Data Udienza: 08/01/2014

Ritenuto in fatto.
Con sentenza del 16 gennaio 2013, il Gup del Tribunale di Rimini, sull’accordo delle parti,
ex art. 444 cod. proc. pen., ha applicato a Disha Erind -imputato ex artt. 81 cpv cod. pen., 73
del d.p.r. n. 309/90-, ritenuta la continuazione tra i reati, riconosciute le circostanze attenuanti
generiche e con la diminuente del rito, la pena di tre anni, otto mesi di reclusione e 14.000,00
euro di multa.
Avverso tale sentenza, propone ricorso per cassazione l’imputato, che censura la sentenza
impugnata con riguardo alla quantificazione della pena, ritenuta eccessiva.
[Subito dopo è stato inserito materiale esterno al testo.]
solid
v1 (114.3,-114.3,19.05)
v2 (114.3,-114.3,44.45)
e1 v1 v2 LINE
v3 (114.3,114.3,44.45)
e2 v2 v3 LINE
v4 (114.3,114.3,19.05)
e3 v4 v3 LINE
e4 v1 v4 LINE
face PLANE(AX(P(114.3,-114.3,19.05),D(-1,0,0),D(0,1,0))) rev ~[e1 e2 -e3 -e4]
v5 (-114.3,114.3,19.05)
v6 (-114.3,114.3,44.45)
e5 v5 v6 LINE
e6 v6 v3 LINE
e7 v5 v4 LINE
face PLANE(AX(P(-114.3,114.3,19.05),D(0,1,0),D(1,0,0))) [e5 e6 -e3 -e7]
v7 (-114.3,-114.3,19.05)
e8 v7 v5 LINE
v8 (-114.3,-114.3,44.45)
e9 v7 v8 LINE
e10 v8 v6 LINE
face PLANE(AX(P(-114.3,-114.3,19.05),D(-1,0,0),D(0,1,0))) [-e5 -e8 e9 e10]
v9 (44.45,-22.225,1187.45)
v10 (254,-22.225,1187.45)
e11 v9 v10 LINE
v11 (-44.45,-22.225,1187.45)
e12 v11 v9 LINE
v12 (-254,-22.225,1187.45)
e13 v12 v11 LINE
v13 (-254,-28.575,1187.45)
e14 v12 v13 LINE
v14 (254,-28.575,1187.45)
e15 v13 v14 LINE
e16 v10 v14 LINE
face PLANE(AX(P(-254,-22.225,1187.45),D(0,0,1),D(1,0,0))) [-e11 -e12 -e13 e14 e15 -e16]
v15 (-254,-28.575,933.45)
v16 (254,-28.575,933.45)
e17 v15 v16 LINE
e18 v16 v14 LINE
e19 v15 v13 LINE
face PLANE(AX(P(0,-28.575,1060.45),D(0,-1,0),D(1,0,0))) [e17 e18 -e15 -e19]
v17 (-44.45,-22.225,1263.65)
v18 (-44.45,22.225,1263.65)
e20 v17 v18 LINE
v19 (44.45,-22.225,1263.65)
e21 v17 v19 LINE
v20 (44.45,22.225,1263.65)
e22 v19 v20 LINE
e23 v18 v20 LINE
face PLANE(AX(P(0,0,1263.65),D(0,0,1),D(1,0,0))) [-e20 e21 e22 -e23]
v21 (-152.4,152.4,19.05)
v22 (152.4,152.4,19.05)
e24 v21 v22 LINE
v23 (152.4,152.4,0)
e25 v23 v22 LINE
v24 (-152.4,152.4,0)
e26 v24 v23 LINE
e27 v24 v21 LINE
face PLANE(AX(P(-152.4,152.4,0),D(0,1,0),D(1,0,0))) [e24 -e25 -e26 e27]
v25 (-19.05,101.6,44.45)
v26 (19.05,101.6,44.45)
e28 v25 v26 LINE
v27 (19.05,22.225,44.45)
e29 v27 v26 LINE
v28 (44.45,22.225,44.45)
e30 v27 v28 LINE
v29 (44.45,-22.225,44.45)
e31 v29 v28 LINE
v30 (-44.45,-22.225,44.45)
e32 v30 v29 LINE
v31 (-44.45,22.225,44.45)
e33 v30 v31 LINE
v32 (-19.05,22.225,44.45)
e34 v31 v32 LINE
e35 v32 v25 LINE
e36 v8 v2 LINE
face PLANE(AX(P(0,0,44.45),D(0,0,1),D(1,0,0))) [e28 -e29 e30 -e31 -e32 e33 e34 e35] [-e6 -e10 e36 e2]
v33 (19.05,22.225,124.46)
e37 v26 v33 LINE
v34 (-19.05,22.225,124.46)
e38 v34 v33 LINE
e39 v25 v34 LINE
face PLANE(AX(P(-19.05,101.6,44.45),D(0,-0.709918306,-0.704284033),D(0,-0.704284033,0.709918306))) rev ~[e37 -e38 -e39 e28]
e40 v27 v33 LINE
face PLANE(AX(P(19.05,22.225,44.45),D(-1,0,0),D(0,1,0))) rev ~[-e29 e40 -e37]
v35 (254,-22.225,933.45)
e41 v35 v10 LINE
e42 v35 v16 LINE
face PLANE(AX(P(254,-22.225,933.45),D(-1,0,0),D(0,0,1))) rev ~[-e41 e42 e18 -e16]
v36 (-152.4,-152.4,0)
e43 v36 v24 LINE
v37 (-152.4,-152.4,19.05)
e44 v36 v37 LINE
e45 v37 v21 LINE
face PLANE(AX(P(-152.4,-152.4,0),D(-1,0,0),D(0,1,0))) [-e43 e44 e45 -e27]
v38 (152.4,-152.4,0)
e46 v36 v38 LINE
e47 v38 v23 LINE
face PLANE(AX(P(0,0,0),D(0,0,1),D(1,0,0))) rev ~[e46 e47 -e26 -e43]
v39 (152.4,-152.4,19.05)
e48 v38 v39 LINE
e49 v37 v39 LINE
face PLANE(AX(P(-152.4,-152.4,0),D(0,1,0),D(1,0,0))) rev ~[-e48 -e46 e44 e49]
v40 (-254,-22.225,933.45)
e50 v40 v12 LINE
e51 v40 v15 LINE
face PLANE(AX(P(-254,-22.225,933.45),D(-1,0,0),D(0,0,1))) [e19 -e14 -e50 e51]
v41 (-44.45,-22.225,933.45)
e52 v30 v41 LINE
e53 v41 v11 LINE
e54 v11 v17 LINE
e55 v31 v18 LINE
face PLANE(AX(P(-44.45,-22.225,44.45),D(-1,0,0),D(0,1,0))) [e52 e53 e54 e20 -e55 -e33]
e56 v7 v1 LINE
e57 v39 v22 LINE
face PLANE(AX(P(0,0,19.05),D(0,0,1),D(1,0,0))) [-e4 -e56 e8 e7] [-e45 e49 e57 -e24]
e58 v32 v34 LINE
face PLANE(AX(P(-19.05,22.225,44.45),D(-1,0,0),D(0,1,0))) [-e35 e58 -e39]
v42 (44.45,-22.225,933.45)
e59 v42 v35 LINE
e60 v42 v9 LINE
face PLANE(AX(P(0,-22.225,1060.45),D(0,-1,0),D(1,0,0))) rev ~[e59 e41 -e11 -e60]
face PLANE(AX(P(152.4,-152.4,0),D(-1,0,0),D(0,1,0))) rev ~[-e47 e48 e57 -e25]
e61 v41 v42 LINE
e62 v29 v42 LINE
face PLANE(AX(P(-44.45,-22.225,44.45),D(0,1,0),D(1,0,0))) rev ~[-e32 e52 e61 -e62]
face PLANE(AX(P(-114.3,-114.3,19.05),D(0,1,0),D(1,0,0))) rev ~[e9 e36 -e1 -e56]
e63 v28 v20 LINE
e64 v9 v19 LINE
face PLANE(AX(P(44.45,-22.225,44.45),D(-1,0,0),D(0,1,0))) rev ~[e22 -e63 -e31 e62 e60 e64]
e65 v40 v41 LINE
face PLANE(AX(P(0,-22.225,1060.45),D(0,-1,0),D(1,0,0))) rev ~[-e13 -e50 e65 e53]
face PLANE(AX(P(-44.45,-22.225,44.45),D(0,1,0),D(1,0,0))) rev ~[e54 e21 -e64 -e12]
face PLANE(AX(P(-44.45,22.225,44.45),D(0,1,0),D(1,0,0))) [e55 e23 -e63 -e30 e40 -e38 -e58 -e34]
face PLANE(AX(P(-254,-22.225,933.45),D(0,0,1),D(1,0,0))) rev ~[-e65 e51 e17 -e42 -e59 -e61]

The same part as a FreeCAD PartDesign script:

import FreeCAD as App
import Part
import Sketcher
Q = App.Units.Quantity

doc = App.newDocument("Part")
params = doc.addObject("Spreadsheet::Sheet", "Params")
for row, (alias, value) in enumerate([
    ("sketch1_width", "12 in"),
    ("pad1_length", "0.75 in"),
    ("sketch2_width", "9 in"),
    ("pad2_length", "1 in"),
    ("sketch3_width", "3.5 in"),
    ("sketch3_height", "1.75 in"),
    ("pad3_length", "48 in"),
    ("sketch4_width", "1.5 in"),
    ("sketch4_height", "3.125 in"),
    ("pad4_length", "3.15 in"),
    ("sketch5_height", "3.15 in"),
    ("sketch5_width", "3.125 in"),
    ("pocket1_length", "2 in"),
    ("sketch6_width", "20 in"),
    ("sketch6_height", "10 in"),
    ("pad5_length", "0.25 in"),
], start=1):
    params.set(f"A{row}", alias)
    params.set(f"B{row}", "=" + value)
    params.setAlias(f"B{row}", alias)

body = doc.addObject("PartDesign::Body", "Body")

# Sketch on XY plane
sketch1 = body.newObject("Sketcher::SketchObject", "Sketch")
sketch1.AttachmentSupport = (doc.getObject("XY_Plane"), [""])
sketch1.MapMode = "FlatFace"
sketch1.addGeometry([
    Part.LineSegment(App.Vector(-152.4, 152.4, 0), App.Vector(-152.4, -152.4, 0)),
    Part.LineSegment(App.Vector(-152.4, -152.4, 0), App.Vector(152.4, -152.4, 0)),
    Part.LineSegment(App.Vector(152.4, -152.4, 0), App.Vector(152.4, 152.4, 0)),
    Part.LineSegment(App.Vector(152.4, 152.4, 0), App.Vector(-152.4, 152.4, 0)),
], False)
sketch1.addConstraint([
    Sketcher.Constraint("Coincident", 0, 2, 1, 1),
    Sketcher.Constraint("Coincident", 1, 2, 2, 1),
    Sketcher.Constraint("Coincident", 2, 2, 3, 1),
    Sketcher.Constraint("Coincident", 3, 2, 0, 1),
    Sketcher.Constraint("Vertical", 0),
    Sketcher.Constraint("Horizontal", 1),
    Sketcher.Constraint("Vertical", 2),
    Sketcher.Constraint("Horizontal", 3),
    Sketcher.Constraint("Symmetric", 0, 2, 2, 2, -1, 1),
    Sketcher.Constraint("Equal", 3, 0),
    Sketcher.Constraint("DistanceX", 1, 1, 1, 2, Q("12 in")),
])
sketch1.setExpression("Constraints[10]", "Params.sketch1_width")
pad1 = body.newObject("PartDesign::Pad", "Pad")
pad1.Profile = sketch1
pad1.setExpression("Length", "Params.pad1_length")
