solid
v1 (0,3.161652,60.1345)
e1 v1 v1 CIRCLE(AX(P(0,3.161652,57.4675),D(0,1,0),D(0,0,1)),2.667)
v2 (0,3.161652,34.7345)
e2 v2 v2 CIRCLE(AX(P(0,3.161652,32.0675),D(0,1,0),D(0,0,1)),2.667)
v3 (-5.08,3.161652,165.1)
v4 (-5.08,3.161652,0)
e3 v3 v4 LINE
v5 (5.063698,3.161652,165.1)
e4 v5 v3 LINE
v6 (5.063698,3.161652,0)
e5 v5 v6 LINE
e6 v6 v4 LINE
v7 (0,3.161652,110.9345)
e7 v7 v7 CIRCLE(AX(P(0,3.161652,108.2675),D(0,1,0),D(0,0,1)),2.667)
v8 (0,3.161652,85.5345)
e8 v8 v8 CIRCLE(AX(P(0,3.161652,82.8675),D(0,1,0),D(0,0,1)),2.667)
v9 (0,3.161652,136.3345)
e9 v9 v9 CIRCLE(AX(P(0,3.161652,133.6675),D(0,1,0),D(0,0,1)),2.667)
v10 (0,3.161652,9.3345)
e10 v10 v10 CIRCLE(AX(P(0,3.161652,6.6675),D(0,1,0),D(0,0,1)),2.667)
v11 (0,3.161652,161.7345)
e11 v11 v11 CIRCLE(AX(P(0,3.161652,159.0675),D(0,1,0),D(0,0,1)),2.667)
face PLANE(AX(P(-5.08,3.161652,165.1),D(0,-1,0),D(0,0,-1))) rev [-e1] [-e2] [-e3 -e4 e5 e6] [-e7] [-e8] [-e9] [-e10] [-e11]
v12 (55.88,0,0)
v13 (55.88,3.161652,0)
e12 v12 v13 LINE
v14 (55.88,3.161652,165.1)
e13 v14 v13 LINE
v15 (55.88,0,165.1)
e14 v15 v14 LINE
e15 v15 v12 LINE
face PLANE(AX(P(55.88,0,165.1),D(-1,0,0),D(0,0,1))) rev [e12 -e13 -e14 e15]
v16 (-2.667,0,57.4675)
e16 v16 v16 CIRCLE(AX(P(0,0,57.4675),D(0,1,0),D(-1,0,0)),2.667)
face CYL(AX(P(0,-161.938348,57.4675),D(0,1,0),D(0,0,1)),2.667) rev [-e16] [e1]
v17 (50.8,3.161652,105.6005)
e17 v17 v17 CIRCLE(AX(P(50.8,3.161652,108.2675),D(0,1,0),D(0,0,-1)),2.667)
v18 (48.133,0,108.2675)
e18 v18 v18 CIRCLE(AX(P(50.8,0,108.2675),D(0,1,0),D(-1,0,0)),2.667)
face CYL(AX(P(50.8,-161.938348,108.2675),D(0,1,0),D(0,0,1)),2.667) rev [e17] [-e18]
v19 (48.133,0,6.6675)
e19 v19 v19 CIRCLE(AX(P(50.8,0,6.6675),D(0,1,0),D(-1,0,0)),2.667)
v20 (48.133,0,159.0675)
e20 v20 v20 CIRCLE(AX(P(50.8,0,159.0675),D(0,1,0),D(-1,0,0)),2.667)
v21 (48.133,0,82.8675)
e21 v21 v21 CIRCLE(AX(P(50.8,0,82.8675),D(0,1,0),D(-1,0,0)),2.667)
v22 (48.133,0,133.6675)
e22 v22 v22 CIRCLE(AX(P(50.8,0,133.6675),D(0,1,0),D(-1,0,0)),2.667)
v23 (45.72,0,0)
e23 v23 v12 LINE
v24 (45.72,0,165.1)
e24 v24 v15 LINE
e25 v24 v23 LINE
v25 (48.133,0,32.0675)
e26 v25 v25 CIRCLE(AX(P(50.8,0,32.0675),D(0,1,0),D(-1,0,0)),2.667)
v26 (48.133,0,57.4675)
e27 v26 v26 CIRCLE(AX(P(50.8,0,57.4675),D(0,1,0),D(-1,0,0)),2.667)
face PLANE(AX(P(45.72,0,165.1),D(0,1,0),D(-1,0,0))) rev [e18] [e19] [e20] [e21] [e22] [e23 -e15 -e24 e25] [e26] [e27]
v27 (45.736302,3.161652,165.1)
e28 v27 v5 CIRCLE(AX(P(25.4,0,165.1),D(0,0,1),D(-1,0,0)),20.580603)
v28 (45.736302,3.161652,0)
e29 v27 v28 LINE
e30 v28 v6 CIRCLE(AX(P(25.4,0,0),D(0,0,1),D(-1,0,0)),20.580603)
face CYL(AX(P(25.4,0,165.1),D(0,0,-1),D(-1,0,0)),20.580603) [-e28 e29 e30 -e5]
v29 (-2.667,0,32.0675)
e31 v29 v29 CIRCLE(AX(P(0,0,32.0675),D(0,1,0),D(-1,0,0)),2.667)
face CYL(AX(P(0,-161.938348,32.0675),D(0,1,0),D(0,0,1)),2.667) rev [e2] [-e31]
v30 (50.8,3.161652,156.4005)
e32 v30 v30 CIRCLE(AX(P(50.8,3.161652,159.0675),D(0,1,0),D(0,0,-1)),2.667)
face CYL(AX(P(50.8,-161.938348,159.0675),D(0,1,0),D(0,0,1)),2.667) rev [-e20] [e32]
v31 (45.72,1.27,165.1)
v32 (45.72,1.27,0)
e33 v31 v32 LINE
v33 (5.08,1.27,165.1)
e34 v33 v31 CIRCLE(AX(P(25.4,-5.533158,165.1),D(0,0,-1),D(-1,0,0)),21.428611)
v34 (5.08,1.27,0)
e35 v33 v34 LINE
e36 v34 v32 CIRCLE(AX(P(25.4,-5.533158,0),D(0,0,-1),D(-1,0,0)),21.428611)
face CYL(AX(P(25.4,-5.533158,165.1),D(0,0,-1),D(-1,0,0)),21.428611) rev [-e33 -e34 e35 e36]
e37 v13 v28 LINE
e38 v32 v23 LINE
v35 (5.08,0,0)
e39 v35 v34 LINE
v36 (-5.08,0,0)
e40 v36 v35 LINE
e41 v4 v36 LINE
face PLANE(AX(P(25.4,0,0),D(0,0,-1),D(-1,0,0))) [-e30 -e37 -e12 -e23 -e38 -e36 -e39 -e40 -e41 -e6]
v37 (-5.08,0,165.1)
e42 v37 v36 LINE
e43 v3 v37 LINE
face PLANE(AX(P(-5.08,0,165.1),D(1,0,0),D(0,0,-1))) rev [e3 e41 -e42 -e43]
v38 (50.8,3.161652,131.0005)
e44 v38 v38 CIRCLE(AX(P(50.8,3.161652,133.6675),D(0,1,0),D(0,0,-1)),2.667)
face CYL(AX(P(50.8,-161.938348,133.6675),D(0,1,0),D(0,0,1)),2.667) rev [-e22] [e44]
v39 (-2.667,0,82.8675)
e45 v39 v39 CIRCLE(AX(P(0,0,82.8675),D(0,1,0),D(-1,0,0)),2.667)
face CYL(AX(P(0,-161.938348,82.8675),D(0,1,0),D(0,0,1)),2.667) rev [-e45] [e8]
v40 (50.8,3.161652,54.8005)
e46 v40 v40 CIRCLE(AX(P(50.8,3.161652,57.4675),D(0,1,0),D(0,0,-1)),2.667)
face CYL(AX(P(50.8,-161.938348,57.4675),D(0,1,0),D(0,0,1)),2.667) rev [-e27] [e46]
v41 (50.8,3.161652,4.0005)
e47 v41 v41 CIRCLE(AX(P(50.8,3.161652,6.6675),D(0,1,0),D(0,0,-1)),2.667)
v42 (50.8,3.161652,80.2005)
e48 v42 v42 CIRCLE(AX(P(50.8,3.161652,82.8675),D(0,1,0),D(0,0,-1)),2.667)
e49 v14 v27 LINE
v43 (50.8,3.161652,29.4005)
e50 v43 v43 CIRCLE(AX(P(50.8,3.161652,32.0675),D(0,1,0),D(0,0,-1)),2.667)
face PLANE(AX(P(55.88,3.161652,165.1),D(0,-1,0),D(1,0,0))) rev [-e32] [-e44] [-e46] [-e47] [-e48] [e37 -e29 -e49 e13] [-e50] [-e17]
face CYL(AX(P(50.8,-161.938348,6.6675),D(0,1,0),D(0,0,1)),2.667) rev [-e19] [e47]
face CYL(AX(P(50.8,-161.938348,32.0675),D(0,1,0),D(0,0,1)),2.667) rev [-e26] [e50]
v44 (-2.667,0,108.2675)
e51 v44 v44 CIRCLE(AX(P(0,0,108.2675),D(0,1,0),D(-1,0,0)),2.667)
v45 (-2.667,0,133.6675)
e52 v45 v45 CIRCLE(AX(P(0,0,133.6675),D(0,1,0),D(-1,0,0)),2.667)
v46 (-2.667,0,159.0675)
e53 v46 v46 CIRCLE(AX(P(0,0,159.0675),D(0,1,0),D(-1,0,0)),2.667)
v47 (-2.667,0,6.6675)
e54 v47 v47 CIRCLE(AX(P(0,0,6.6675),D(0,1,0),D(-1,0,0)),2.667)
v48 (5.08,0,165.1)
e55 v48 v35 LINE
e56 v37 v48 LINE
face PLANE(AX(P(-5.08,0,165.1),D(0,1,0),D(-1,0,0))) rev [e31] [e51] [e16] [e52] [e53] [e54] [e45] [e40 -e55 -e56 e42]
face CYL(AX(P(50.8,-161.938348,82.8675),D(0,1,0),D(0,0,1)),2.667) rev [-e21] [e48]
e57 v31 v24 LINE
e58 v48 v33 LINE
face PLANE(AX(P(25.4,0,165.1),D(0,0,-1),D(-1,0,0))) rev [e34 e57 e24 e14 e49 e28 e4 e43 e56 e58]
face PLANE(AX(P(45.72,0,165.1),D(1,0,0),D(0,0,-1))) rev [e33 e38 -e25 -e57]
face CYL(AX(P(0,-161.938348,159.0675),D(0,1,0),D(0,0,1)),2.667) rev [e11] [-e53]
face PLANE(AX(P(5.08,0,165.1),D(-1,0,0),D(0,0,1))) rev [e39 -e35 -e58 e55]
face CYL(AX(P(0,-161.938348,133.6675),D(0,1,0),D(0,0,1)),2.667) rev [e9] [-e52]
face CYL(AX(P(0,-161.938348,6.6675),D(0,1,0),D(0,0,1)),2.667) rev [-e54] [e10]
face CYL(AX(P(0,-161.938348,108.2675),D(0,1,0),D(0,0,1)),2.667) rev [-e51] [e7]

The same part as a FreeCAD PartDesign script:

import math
import FreeCAD as App
import Part
import Sketcher
from FreeCAD import Vector
Q = App.Units.Quantity

doc = App.newDocument("Part")
params = doc.addObject("Spreadsheet::Sheet", "Params")
for row, (alias, value) in enumerate([
    ("sketch1_width", "0.4 in"),
    ("sketch1_height", "0.05 in"),
    ("pad1_length", "6.5 in"),
    ("sketch2_diameter", "0.21 in"),
    ("pocket1_length", "6.5 in"),
], start=1):
    params.set(f"A{row}", alias)
    params.set(f"B{row}", "=" + value)
    params.setAlias(f"B{row}", alias)

body = doc.addObject("PartDesign::Body", "Body")

# Sketch on XY plane
sketch1 = doc.addObject("Sketcher::SketchObject", "Sketch")
body.addObject(sketch1)
sketch1.AttachmentSupport = (doc.XY_Plane, [""])
sketch1.MapMode = "FlatFace"
sketch1.addGeometry([
    Part.LineSegment(Vector(-5.1, 0, 0), Vector(5.1, 0, 0)),  # 0
    Part.LineSegment(Vector(5.1, 0, 0), Vector(5.1, 1.3, 0)),  # 1
    Part.ArcOfCircle(Part.Circle(Vector(25.4, -5.5, 0), Vector(0, 0, 1), 21.4), math.radians(19), math.radians(161)),  # 2
    Part.LineSegment(Vector(45.7, 1.3, 0), Vector(45.7, 0, 0)),  # 3
    Part.LineSegment(Vector(45.7, 0, 0), Vector(55.9, 0, 0)),  # 4
    Part.LineSegment(Vector(55.9, 0, 0), Vector(55.9, 3.2, 0)),  # 5
    Part.LineSegment(Vector(55.9, 3.2, 0), Vector(45.7, 3.2, 0)),  # 6
    Part.ArcOfCircle(Part.Circle(Vector(25.4, 0, 0), Vector(0, 0, 1), 20.6), math.radians(9), math.radians(171)),  # 7
    Part.LineSegment(Vector(5.1, 3.2, 0), Vector(-5.1, 3.2, 0)),  # 8
    Part.LineSegment(Vector(-5.1, 3.2, 0), Vector(-5.1, 0, 0)),  # 9
], False)
sketch1.addConstraint([
    Sketcher.Constraint("Coincident", 0, 2, 1, 1),
    Sketcher.Constraint("Coincident", 1, 2, 2, 2),
    Sketcher.Constraint("Coincident", 2, 1, 3, 1),
    Sketcher.Constraint("Coincident", 3, 2, 4, 1),
    Sketcher.Constraint("Coincident", 4, 2, 5, 1),
    Sketcher.Constraint("Coincident", 5, 2, 6, 1),
    Sketcher.Constraint("Coincident", 6, 2, 7, 1),
    Sketcher.Constraint("Coincident", 7, 2, 8, 1),
    Sketcher.Constraint("Coincident", 8, 2, 9, 1),
    Sketcher.Constraint("Coincident", 9, 2, 0, 1),
    Sketcher.Constraint("Horizontal", 0),
    Sketcher.Constraint("Vertical", 1),
    Sketcher.Constraint("Vertical", 3),
    Sketcher.Constraint("Horizontal", 4),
Il ricorso deve essere dichiarato inammissibile, non solo perché tende a rimettere in
discussione i termini dell’accordo finalizzato all’applicazione della pena oggetto del
patteggiamento (ciò che, come ripetutamente ha affermato questa Corte, non è consentito a
nessuna delle parti, salvo i casi di palese violazione di legge), ma anche perché non tiene in
alcun conto del fatto che al giudice del merito, nell’ipotesi di pena concordata tra le parti, non
spettano particolari obblighi motivazionali o di approfondimento dei fatti contestati,
sostanzialmente ammessi dall’imputato che ha chiesto di patteggiare la pena, bensì solo di
accertare, oltre che la corretta qualificazione dei fatti e la congruità della pena concordata,
l’eventuale presenza di cause di non punibilità che impongano l’immediata relativa
declaratoria, ex art. 129 c.p.p.
Compito al quale ha puntualmente assolto il giudice del merito che, con riferimento alla
pena patteggiata, ha preso e dato atto della congruità di quella concordata tra le parti e dallo
stesso ratificata.
Deve, peraltro, in proposito essere richiamato il principio ripetutamente affermato di questa
Corte (Cass. n. 18385/04), secondo cui non è consentito all’imputato proporre con il ricorso
per cassazione censure che coinvolgono il patto dallo stesso accettato, e ratificato dal giudice,
tranne che la pena determinata sia stata illegittimamente quantificata. Situazione non
ricorrente nel caso di specie e, peraltro, neanche denunciata.
La stessa censura si presenta, inoltre, del tutto generica, poiché il ricorrente omette di
indicare le ragioni per la quali ritiene che avrebbe dovuto essere applicata una pena diversa
da quella concordata.
Alla declaratoria d’inammissibilità del ricorso, consegue la condanna del ricorrente al
pagamento delle spese processuali nonché al versamento, in favore della cassa delle
ammende, di una somma che si ritiene equo determinare in euro 1.500,00.
P.Q.M.
Dichiara inammissibile il ricorso e condanna il ricorrente al pagamento delle spese
processuali e della somma di euro 1.500,00 in favore della cassa delle ammende.
Così deciso in Roma, l’ 8 gennaio 2014.

Considerato in diritto.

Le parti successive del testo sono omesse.